Magnetic reconnection is a physical process that occurs in highly conducting plasmas that reorganizes the magnetic topology and converts magnetic energy to kinetic energy, thermal energy, and particle acceleration. Magnetic reconnection occurs on timescales that are intermediate between slow resistive magnetic field diffusion and fast Alfvénic timescales. Researchers recently made a breakthrough in magnetic reconnection, which could eventually help predict space weather.
A postdoctoral researcher in the Department of Physics and Astronomy at West Virginia University has made a breakthrough in the study of magnetic reconnection, which could prevent space storms from wreaking havoc on the Earth’s satellite and power grid systems.
Peiyun Shi’s research is the first of its kind in a laboratory setting, and it is part of the PHASMAproject, a complex experiment involving advanced diagnostics, electromagnets, and lab-created plasma that aims to reveal new details about how the universe works.
Shi probes plasma with a laser-based diagnostic in his experiment. In the diagnostic, laser beams are directed and light scatters off electrons. The scattering of light indicates how fast the electrons are moving. Because the plasma is over 10,000 degrees Fahrenheit, the lasers allow for particle measurements without the use of a probe or thermometer, which would melt at such high temperatures.
Our work demonstrates to the fundamental plasma community that advanced laser diagnostics can measure important kinetic features that conventional diagnostics cannot. This is critical for comprehending various plasma physics processes and supplementing modern satellite observations.
Peiyun Shi
According to Shi, the technique is analogous to the Doppler effect, which is an increase or decrease in the frequency of sound or light waves emanating from a source as an observer moves towards or away from the source. Shi’s findings were published in Physical Review Letters.
Earl Scime, director of the WVU Center for Kinetic Experiment, Theory, and Integrated Computation Physics and Oleg D. Jefimenko professor of physics, described the device as “like a radar gun for particles.” Similar studies, according to Scime, can only determine the average properties of the electrons, but with the technology available as part of the PHASMA project, Shi can measure the actual speeds of the electrons.
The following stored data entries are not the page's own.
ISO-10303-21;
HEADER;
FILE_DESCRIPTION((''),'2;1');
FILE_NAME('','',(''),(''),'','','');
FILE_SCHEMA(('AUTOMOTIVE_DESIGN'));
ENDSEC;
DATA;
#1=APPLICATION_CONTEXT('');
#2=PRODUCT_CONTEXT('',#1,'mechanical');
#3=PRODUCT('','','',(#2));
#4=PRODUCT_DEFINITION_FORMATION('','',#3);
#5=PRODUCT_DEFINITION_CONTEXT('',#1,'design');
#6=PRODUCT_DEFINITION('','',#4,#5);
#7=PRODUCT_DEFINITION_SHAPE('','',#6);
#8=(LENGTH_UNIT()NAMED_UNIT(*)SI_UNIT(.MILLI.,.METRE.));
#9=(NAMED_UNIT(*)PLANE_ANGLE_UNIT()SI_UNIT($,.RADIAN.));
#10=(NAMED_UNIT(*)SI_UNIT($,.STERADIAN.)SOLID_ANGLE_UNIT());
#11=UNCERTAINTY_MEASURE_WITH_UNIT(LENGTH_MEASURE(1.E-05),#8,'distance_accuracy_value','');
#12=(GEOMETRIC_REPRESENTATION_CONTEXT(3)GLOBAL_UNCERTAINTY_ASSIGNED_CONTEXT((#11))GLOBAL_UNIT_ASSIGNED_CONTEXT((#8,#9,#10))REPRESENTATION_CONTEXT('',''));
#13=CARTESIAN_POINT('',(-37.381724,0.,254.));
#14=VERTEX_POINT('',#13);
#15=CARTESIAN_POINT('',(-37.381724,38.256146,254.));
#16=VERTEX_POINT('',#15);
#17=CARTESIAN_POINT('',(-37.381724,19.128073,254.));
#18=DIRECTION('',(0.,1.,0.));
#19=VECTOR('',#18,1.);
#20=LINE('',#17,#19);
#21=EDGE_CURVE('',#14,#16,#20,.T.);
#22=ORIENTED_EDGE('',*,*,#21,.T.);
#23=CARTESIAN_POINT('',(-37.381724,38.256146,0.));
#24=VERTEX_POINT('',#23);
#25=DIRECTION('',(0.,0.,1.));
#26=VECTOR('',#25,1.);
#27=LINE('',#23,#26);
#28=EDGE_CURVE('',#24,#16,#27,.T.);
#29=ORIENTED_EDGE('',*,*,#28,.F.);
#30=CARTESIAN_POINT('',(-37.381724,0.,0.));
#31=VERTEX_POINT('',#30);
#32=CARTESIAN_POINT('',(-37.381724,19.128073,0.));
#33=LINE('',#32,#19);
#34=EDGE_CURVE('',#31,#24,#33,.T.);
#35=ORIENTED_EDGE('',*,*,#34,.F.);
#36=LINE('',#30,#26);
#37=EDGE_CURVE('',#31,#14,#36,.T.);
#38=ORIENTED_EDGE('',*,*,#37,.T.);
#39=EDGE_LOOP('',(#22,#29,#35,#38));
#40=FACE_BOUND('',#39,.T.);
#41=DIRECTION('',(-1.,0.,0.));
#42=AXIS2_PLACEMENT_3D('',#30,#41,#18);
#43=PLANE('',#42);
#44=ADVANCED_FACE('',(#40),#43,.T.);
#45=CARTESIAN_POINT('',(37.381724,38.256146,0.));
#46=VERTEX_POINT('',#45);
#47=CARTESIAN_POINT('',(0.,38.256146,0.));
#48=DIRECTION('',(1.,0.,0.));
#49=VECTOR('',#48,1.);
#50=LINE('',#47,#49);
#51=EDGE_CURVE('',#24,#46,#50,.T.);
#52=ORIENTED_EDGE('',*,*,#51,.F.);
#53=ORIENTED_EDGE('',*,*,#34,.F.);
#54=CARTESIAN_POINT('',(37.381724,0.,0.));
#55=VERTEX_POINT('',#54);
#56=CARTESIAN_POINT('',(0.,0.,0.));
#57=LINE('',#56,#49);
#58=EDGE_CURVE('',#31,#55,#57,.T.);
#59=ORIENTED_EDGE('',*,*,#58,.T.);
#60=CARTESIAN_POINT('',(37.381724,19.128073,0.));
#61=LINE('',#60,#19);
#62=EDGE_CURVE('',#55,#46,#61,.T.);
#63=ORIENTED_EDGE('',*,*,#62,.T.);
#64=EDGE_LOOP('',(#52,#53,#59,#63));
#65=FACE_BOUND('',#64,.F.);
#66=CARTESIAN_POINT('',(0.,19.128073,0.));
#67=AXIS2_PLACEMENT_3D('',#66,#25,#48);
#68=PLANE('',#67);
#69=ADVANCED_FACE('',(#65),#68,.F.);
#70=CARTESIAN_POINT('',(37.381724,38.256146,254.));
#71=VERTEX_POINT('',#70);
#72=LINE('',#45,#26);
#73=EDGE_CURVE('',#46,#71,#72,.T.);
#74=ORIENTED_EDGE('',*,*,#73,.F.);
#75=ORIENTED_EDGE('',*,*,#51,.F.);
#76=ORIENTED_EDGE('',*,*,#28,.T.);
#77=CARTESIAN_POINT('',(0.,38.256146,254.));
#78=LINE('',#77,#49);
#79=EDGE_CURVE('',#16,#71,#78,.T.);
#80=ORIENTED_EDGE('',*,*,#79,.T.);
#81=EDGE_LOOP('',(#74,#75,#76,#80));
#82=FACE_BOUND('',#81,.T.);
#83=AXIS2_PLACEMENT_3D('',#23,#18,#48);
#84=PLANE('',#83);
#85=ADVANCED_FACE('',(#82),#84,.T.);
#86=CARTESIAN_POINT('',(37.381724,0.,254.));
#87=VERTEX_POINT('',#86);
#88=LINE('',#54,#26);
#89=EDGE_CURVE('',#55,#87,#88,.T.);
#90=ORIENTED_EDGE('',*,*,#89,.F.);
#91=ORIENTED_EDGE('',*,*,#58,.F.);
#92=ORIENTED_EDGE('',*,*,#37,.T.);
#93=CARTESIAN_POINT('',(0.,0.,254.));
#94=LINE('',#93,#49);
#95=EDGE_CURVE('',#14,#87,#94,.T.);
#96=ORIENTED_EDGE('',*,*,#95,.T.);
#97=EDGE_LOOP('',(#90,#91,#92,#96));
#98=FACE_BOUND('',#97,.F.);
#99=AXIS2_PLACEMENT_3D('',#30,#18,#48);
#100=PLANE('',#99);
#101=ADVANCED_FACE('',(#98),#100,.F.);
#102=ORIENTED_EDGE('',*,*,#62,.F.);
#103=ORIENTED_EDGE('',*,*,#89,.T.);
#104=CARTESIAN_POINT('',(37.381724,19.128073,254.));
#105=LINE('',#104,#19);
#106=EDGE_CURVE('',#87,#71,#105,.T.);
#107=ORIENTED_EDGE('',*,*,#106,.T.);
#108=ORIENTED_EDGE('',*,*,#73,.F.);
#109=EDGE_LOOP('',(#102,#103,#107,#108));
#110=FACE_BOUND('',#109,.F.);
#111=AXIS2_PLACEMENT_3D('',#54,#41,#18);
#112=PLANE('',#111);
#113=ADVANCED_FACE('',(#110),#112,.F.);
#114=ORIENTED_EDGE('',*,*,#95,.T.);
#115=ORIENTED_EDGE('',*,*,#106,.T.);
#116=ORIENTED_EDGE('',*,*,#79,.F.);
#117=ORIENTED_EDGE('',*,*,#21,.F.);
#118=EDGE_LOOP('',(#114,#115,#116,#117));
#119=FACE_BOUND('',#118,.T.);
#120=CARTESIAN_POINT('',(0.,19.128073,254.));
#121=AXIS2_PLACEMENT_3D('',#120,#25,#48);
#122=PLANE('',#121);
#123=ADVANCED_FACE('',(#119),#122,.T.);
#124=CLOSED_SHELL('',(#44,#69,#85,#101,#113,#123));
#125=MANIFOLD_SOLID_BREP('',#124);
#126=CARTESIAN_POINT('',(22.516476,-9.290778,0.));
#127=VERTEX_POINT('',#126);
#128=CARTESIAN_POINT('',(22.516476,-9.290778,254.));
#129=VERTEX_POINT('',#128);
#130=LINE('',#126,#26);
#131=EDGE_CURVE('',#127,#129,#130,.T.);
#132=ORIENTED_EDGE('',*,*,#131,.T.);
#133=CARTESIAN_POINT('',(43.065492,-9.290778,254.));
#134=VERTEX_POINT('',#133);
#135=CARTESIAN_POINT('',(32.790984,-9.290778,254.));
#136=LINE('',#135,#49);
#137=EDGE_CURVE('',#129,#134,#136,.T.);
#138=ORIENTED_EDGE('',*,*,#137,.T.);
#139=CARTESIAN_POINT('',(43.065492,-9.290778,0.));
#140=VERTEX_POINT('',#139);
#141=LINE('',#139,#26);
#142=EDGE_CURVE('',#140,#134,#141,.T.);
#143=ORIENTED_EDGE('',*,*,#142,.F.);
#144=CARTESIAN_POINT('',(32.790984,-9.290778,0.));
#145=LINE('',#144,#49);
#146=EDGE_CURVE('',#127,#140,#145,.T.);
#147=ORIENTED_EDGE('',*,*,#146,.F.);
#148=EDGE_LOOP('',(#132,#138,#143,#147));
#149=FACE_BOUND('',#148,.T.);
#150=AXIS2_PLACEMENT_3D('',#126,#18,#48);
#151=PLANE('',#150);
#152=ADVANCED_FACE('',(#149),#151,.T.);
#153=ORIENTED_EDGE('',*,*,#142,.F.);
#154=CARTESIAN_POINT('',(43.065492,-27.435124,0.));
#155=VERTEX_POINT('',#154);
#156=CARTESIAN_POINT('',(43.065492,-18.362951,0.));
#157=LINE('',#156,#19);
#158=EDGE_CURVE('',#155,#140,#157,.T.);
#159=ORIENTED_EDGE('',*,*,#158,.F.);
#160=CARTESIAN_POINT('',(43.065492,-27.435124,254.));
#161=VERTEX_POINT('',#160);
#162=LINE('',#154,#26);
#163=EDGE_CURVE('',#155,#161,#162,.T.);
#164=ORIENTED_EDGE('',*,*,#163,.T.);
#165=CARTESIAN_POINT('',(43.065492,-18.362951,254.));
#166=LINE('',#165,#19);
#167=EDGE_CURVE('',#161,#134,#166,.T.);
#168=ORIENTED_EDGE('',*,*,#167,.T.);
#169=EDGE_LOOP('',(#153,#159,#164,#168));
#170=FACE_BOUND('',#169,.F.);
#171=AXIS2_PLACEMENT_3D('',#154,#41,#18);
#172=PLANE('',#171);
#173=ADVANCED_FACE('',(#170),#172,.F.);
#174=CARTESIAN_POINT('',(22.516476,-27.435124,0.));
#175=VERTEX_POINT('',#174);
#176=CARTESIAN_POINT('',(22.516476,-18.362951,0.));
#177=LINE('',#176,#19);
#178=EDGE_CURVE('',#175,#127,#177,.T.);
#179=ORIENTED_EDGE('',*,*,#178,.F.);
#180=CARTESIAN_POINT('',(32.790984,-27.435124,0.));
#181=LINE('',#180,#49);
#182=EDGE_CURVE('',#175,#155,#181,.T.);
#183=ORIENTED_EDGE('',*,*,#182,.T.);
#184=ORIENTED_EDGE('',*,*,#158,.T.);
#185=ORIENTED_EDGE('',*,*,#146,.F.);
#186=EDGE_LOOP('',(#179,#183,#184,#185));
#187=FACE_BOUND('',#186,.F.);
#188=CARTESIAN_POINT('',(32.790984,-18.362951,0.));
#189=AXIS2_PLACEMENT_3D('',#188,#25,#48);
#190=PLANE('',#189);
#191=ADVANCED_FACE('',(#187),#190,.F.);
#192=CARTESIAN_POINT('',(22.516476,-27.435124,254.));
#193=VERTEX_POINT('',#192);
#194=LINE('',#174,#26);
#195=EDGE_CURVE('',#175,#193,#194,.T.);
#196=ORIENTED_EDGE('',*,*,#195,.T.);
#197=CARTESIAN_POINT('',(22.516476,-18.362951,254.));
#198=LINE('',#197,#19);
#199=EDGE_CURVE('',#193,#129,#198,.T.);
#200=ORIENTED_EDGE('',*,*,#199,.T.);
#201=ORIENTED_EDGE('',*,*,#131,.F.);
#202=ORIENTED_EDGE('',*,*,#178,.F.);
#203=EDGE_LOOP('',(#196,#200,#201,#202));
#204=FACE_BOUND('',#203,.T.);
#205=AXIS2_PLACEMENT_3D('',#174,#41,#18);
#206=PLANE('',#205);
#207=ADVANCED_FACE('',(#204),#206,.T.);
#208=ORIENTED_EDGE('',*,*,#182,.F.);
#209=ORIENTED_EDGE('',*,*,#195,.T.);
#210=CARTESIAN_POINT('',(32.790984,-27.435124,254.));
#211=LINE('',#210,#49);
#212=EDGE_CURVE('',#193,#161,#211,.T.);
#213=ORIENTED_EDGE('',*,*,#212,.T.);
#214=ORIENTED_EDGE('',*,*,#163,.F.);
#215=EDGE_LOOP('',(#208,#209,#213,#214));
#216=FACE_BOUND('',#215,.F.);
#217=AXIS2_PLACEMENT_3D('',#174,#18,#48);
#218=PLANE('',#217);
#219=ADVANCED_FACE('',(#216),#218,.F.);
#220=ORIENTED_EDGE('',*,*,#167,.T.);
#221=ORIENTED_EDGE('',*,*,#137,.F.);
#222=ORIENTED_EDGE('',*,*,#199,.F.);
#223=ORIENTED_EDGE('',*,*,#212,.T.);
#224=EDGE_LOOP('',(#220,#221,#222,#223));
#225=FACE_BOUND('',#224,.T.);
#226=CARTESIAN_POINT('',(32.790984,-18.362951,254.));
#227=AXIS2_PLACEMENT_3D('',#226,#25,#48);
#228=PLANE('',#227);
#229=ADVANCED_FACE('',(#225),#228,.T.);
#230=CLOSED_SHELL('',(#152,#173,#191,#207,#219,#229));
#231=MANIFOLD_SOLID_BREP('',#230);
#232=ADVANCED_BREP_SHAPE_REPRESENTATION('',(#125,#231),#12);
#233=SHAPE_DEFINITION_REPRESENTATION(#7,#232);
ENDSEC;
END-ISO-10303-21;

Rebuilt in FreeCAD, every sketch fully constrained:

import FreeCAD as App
import Part
import Sketcher
Q = App.Units.Quantity


def add_polygon(sketch, points):
    """Adds a closed chain of lines whose ends are joined by coincident constraints."""
    first, n = sketch.GeometryCount, len(points)
    for a, b in zip(points, points[1:] + points[:1]):
        sketch.addGeometry(Part.LineSegment(App.Vector(*a, 0), App.Vector(*b, 0)), False)
    for i in range(n):
        sketch.addConstraint(Sketcher.Constraint("Coincident", first + i, 2, first + (i + 1) % n, 1))

doc = App.newDocument("Part")
body = doc.addObject("PartDesign::Body", "Body")
body.AllowCompound = True

# Sketch on XY plane
sketch1 = body.newObject("Sketcher::SketchObject", "Sketch")
sketch1.AttachmentSupport = (doc.getObject("XY_Plane"), [""])
sketch1.MapMode = "FlatFace"
add_polygon(sketch1, [(-37, 38), (-37, 0), (37, 0), (37, 38)])  # lines 0-3
add_polygon(sketch1, [(23, -9), (23, -27), (43, -27), (43, -9)])  # lines 4-7
sketch1.addConstraint([
    Sketcher.Constraint("Vertical", 0),
    Sketcher.Constraint("Horizontal", 1),
    Sketcher.Constraint("Vertical", 2),
    Sketcher.Constraint("Horizontal", 3),
    Sketcher.Constraint("Vertical", 4),
    Sketcher.Constraint("Horizontal", 5),
    Sketcher.Constraint("Vertical", 6),
    Sketcher.Constraint("Horizontal", 7),
    Sketcher.Constraint("Symmetric", 0, 2, 1, 2, -1, 1),
    Sketcher.Constraint("DistanceX", 0, 2, 4, 2, 59.8982),
    Sketcher.Constraint("DistanceX", 1, 1, 1, 2, 74.763448),
    Sketcher.Constraint("DistanceX", 5, 1, 5, 2, 20.549016),
    Sketcher.Constraint("DistanceY", 0, 2, 0, 1, 38.256146),
    Sketcher.Constraint("DistanceY", 4, 2, 4, 1, 18.144346),
    Sketcher.Constraint("DistanceY", 4, 2, 2, 2, 65.69127),
])
pad1 = body.newObject("PartDesign::Pad", "Pad")
pad1.Profile = sketch1
pad1.Length = Q("10 in")

doc.recompute()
“Our work demonstrates to the fundamental plasma community that advanced laser diagnostics can measure important kinetic features that conventional diagnostics cannot,” Shi said. “This is critical for comprehending various plasma physics processes and supplementing modern satellite observations. It’s a great privilege to work on such a promising project with a fantastic team here, and the productive collaboration with Paul Cassak and his graduate M. Hasan Barbhuiya is also critical for this work and much appreciated.”
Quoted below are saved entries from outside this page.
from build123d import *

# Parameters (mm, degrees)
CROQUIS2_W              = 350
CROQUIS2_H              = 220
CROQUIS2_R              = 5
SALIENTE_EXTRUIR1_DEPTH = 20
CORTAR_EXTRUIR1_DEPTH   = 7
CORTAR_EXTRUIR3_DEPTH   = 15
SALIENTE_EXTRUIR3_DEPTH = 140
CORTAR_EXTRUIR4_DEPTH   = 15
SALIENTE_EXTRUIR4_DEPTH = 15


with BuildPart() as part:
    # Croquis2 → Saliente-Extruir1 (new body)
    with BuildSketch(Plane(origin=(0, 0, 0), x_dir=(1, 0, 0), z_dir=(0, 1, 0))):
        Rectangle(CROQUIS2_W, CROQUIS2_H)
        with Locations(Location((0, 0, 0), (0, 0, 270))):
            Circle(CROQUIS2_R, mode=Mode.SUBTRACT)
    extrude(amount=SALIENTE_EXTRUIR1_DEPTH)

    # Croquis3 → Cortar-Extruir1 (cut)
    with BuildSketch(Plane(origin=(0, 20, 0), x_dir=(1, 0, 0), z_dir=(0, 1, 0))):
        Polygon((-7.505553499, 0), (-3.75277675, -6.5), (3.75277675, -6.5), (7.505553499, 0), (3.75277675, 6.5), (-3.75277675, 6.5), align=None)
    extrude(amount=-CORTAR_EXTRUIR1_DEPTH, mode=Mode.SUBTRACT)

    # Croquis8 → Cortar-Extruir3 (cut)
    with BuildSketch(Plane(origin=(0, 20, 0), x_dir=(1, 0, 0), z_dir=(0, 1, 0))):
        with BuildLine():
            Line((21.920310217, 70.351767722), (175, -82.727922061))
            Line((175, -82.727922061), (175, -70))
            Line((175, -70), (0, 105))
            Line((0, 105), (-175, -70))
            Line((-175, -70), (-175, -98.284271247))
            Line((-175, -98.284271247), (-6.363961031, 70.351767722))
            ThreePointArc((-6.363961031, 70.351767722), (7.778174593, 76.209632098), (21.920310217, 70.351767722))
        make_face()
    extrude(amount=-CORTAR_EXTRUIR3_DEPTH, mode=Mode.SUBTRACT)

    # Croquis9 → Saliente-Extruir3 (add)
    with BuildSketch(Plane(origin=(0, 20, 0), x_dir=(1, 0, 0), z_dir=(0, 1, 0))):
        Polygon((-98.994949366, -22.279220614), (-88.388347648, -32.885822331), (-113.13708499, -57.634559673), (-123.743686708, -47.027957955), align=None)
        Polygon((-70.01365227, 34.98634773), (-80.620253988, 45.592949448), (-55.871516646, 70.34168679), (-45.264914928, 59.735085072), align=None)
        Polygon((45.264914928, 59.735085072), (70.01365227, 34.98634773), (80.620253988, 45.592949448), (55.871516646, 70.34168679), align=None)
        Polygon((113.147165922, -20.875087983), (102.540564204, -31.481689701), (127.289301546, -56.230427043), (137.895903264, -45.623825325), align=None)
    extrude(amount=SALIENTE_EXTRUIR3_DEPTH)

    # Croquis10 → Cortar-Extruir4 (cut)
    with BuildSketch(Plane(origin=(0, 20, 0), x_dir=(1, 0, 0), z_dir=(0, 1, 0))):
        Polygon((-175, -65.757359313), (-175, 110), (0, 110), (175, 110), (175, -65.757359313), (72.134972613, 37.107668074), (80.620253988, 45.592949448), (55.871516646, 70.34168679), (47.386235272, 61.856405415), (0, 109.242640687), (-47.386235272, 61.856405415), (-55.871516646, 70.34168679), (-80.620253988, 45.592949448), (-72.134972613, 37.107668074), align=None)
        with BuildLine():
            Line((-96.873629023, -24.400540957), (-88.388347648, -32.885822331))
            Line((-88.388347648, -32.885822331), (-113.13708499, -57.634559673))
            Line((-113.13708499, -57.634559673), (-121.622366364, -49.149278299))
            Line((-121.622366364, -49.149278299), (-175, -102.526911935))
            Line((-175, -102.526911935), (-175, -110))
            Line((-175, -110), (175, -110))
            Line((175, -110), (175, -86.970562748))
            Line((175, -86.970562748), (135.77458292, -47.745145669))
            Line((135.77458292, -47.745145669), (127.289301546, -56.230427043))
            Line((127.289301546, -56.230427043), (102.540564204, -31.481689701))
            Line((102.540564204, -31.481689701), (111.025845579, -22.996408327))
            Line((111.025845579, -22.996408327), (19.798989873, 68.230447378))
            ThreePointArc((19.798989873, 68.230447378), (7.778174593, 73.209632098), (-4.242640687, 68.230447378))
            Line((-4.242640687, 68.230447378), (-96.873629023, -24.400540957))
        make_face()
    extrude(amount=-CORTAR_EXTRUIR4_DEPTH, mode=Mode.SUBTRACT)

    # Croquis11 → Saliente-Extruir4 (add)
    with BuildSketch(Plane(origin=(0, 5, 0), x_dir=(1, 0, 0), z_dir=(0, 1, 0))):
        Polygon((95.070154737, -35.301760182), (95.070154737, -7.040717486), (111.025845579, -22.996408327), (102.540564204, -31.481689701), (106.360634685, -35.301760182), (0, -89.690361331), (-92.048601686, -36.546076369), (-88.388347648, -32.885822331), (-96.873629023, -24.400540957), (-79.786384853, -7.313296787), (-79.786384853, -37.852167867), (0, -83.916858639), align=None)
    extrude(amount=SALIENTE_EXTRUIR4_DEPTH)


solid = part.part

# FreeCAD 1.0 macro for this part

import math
import FreeCAD as App
import Part
import Sketcher

V = App.Vector
Q = App.Units.Quantity


def add_polygon(sketch, points):
    """Adds a closed chain of lines whose ends are joined by coincident constraints."""
    first, n = sketch.GeometryCount, len(points)
    for a, b in zip(points, points[1:] + points[:1]):
        sketch.addGeometry(Part.LineSegment(App.Vector(*a, 0), App.Vector(*b, 0)), False)
    for i in range(n):
        sketch.addConstraint(Sketcher.Constraint("Coincident", first + i, 2, first + (i + 1) % n, 1))

doc = App.newDocument("Part")
body = doc.addObject("PartDesign::Body", "Body")

# Sketch on XZ plane
sketch1 = body.newObject("Sketcher::SketchObject", "Sketch")
sketch1.AttachmentSupport = (doc.getObject("XZ_Plane"), [""])
sketch1.MapMode = "FlatFace"
add_polygon(sketch1, [(-175, -110), (-175, 110), (175, 110), (175, -110)])  # lines 0-3
sketch1.addGeometry(Part.Circle(V(0, 0, 0), V(0, 0, 1), 5), False)  # 4
sketch1.addConstraint([
    Sketcher.Constraint("Vertical", 0),
    Sketcher.Constraint("Horizontal", 1),
    Sketcher.Constraint("Vertical", 2),
    Sketcher.Constraint("Horizontal", 3),
    Sketcher.Constraint("Coincident", 4, 3, -1, 1),
    Sketcher.Constraint("Symmetric", 0, 2, 2, 2, -1, 1),
    Sketcher.Constraint("Diameter", 4, 10.0),
    Sketcher.Constraint("DistanceX", 1, 1, 1, 2, 350.0),
    Sketcher.Constraint("DistanceY", 0, 1, 0, 2, 220.0),
])
pad1 = body.newObject("PartDesign::Pad", "Pad")
pad1.Profile = sketch1
pad1.Length = 20
pad1.Reversed = True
Understanding vast systems in space requires understanding what’s happening on widely different scales. Giant events can turn out to have tiny drivers – take, for example, what rocked near-Earth space in October 2003. On Oct. 28, 2003, and again on Oct. 29, massive solar flares erupted on the sun, sending X-rays zooming through the solar system. Along with the flares, the sun expelled giant clouds of solar material, called coronal mass ejections, or CMEs. The CMEs slammed into Earth’s magnetic field pushed material and energy in toward Earth. This created what’s called a geomagnetic storm.
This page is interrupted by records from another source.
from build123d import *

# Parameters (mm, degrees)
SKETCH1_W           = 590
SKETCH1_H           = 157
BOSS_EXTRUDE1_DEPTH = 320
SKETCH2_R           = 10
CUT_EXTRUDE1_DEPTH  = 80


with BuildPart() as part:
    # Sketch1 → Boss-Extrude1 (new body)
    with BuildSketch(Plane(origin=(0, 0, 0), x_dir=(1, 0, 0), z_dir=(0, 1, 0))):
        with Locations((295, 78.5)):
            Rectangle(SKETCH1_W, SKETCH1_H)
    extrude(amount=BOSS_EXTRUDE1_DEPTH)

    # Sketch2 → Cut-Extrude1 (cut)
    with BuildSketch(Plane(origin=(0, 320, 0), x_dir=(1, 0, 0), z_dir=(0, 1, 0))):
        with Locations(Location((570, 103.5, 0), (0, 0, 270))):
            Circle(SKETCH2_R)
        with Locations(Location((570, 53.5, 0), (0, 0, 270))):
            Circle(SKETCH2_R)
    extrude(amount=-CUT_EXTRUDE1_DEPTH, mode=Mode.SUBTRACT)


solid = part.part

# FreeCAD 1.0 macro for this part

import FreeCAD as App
import Part
import Sketcher

V = App.Vector

doc = App.newDocument("Part")
body = doc.addObject("PartDesign::Body", "Body")

# Sketch on XZ plane
sketch1 = body.newObject("Sketcher::SketchObject", "Sketch")
sketch1.AttachmentSupport = (doc.getObject("XZ_Plane"), [""])
sketch1.MapMode = "FlatFace"
sketch1.addGeometry([
    Part.LineSegment(V(0, -157, 0), V(0, 0, 0)),
    Part.LineSegment(V(0, 0, 0), V(590, 0, 0)),
    Part.LineSegment(V(590, 0, 0), V(590, -157, 0)),
    Part.LineSegment(V(590, -157, 0), V(0, -157, 0)),
], False)
sketch1.addConstraint([
    Sketcher.Constraint("Coincident", 0, 2, 1, 1),
    Sketcher.Constraint("Coincident", 1, 2, 2, 1),
    Sketcher.Constraint("Coincident", 2, 2, 3, 1),
    Sketcher.Constraint("Coincident", 3, 2, 0, 1),
    Sketcher.Constraint("Vertical", 0),
    Sketcher.Constraint("Horizontal", 1),
    Sketcher.Constraint("Vertical", 2),
    Sketcher.Constraint("Horizontal", 3),
    Sketcher.Constraint("Coincident", 0, 2, -1, 1),
    Sketcher.Constraint("DistanceX", 1, 1, 1, 2, 590.0),
    Sketcher.Constraint("DistanceY", 0, 1, 0, 2, 157.0),
])
pad1 = body.newObject("PartDesign::Pad", "Pad")
pad1.Profile = sketch1
pad1.Length = 320
pad1.Reversed = True

# Sketch on XZ plane
sketch2 = body.newObject("Sketcher::SketchObject", "Sketch001")
sketch2.AttachmentSupport = (doc.getObject("XZ_Plane"), [""])
sketch2.MapMode = "FlatFace"
sketch2.AttachmentOffset = App.Placement(V(0, 0, -320), App.Rotation())
sketch2.addGeometry([
    Part.Circle(V(570, -104, 0), V(0, 0, 1), 10),
    Part.Circle(V(570, -54, 0), V(0, 0, 1), 10),
], False)
sketch2.addConstraint([
    Sketcher.Constraint("Equal", 0, 1),
    Sketcher.Constraint("Vertical", 0, 3, 1, 3),
    Sketcher.Constraint("Diameter", 0, 20.0),
    Sketcher.Constraint("DistanceX", -1, 1, 0, 3, 570.0),
    Sketcher.Constraint("DistanceY", 0, 3, 1, 3, 50.0),
    Sketcher.Constraint("DistanceY", 0, 3, -1, 1, 103.5),
])
pocket1 = body.newObject("PartDesign::Pocket", "Pocket")
pocket1.Profile = sketch2
pocket1.Length = 80
pocket1.Reversed = True

doc.recompute()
This study will have a significant impact on broader issues such as predicting space weather events. Magnetic reconnection is important in how plasma eruptions occur on the sun. These eruptions can cause solar flares, which increase X-ray and ultraviolent emissions, endangering astronauts aboard the International Space Station. Large masses of plasma can also be produced by the eruptions, which can travel through space and collide with the Earth’s magnetosphere. These space storms have the potential to disrupt satellite and power grid systems on Earth.
“As we learn more about magnetic reconnection, we can apply it to everything from space weather to thermonuclear fusion to a basic understanding of how the universe works,” Scime said.
The PHASMA project is housed in the KINETIC Plasma Physics Center. The WVU Center for Kinetic Experiment, Theory, and Integrated Computation Plasma Physics is centered on PHASMA, or the PHAse Space MApping experiment.
PHASMA was designed to make three-dimensional measurements of the motion of ions and electrons in a plasma at very small scales, and it is the only facility in the world capable of doing so. The facility was built with a National Science Foundation grant and continues to be supported by the NSF, the US Department of Energy, and NASA.